Linguistics 570

HW #1a

 

Following is a set of Turkish words and their English glosses:

 

el                                              '(the) hand'

eller                                          'hands'

elim                                          'my hand'

eve                                           'to (the) house'

ellerimiz                                    'our hands'

evlerde                                     'in (the) houses'

evden                                       'from (the) house'

ellerim                                      'my hands'

ellerinize                                   'to your(pl.) hands

evlerim                         'my houses'

elin                                           'your(sing.) hand

evimiz                                       'our house'

evde                                         'in (the) house'

evimde                                     'in my house'

evlerimiz                                   'our houses'

evlerimizden                              'from our houses'

evleriniz                                    'your(pl.) houses

evim                                         'my house'

ellerimden                                 'from my hands'

evler                                         'houses'

eline                                         'to your(sing.) hand

ellerin                                       'your(sing.) hands'

elimden                         'from my hand'

evine                                        'to your(sing.) house'

 

Design an FST that will minimally accept the Turkish words shown above, and that will output the English glosses for each of the morphemes (the glosses do not need to be output in “English” order).  Be sure to design the transducer to be as efficient as possible (i.e., avoid redundant and empty arcs).  Test your FST against the following three strings and show the English output for these two strings:  ev, evlerimde, elinize

 

(Please note:  the level of granularity for the FST can be at the level of the morpheme.  In other words, you do not have to have arcs for each of the sounds that compose a morpheme.)

 

due date:  5 p.m., Friday, September 26th

Submit Hardcopy in Professor Lewis’s box in the Linguistic’s Office (Padelford A210), including the output from your test.  If you are an online student or otherwise unable to come to campus, please scan your answer and submit via CollectIt, or FAX to Professor Lewis’s attention at +1-206-685-7978.


Linguistics 570

HW #1b

 

 

For this homework assignment, you will find a website, tokenize the “words” contained on that website, and output a sorted list of the 30 most frequent words, ordered by frequency.

 

Here’s what you need to do for the assignment:

 

1.      Go to Literature.org, choose a chapter from one of the books listed there.  Whatever chapter you choose, be sure that it consists mostly of English text and has at least 3,000 words.

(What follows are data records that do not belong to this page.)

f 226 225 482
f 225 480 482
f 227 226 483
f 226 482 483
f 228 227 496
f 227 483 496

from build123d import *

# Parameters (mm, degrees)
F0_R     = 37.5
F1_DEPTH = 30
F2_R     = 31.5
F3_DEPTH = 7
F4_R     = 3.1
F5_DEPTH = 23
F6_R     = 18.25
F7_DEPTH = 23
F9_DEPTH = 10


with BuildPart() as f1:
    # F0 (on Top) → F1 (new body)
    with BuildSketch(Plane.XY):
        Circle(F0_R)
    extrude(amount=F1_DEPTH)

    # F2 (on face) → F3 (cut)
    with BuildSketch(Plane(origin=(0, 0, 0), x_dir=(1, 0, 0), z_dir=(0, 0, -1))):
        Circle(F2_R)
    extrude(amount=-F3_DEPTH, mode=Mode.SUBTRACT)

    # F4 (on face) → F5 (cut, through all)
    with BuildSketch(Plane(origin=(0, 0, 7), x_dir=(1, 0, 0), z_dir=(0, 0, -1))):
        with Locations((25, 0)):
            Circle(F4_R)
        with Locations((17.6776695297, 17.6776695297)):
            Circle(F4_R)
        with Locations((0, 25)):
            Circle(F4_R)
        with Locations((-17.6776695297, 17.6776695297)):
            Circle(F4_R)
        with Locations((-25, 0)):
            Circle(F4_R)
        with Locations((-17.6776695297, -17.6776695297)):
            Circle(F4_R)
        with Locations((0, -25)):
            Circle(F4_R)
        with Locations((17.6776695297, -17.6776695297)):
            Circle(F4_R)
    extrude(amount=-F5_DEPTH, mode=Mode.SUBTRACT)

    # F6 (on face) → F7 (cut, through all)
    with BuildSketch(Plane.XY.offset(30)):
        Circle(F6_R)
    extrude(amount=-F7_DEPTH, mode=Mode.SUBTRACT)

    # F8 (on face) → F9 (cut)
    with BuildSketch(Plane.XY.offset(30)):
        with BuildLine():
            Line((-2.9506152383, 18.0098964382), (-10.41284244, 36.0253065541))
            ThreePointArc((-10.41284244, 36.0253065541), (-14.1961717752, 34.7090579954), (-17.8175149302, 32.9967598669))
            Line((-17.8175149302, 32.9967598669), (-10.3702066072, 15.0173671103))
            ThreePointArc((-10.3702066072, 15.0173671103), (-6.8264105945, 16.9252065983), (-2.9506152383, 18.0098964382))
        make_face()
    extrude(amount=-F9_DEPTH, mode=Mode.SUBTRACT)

2.      Save the text for the page to a file.

3.      Write a program in Perl, Python or Java that reads the file, and generates output that contains a list of all the word types on the page with token counts.  The output should tab delimited and consist of a separate word type and count on each line, e.g.,

 

able      5

                        the        325

                        to         250

                        look     10

 

4.      Take the output generated, sort it, and output only the first 30 most frequent words.  The sort and truncation functions should be done in a shell script external to your application.

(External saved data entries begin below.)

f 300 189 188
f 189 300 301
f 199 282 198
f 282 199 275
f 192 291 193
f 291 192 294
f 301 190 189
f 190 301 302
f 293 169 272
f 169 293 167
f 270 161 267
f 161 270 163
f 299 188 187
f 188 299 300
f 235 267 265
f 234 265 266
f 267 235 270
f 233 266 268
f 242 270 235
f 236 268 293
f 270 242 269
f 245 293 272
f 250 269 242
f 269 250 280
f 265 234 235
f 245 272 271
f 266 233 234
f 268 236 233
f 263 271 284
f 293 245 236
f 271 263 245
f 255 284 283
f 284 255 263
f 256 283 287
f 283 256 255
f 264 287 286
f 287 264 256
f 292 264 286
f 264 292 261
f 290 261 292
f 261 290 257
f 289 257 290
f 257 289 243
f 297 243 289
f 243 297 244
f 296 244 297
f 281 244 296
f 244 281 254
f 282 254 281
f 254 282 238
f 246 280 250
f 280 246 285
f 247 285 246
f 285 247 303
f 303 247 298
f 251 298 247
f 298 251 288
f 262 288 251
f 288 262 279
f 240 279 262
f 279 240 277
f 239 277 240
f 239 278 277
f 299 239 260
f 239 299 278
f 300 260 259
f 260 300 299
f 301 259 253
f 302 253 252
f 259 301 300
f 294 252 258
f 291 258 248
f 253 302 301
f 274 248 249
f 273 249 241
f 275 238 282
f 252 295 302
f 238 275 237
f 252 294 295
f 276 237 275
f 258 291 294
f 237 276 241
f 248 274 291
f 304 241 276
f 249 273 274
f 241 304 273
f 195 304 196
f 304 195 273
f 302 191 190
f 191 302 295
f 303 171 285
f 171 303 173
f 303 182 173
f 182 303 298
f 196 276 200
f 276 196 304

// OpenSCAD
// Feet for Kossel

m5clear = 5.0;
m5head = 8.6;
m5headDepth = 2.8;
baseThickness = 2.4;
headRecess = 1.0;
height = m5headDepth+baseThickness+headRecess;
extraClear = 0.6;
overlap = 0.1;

5.      Submit a copy of your program using CollectIt.

 

Although you are encouraged to work with other students on this assignment, and are welcome to ask for help and advice if anything is unclear, the code you turn in must be your own.

 

due date:  11:59 p.m., Sunday, September 28th

Submit the following via CollectIt (in one tar, gz, or zip file):

  1. hw1b.pl or (hw1b.java and hw1b.class) or hw1b.py
  2. A copy of the Web page you downloaded
  3. A shell script named hw1b.sh that runs your program
  4. output1b.txt (containing the output as described)
  5. comments.txt – Any comments or explanations.  Can be left empty if none.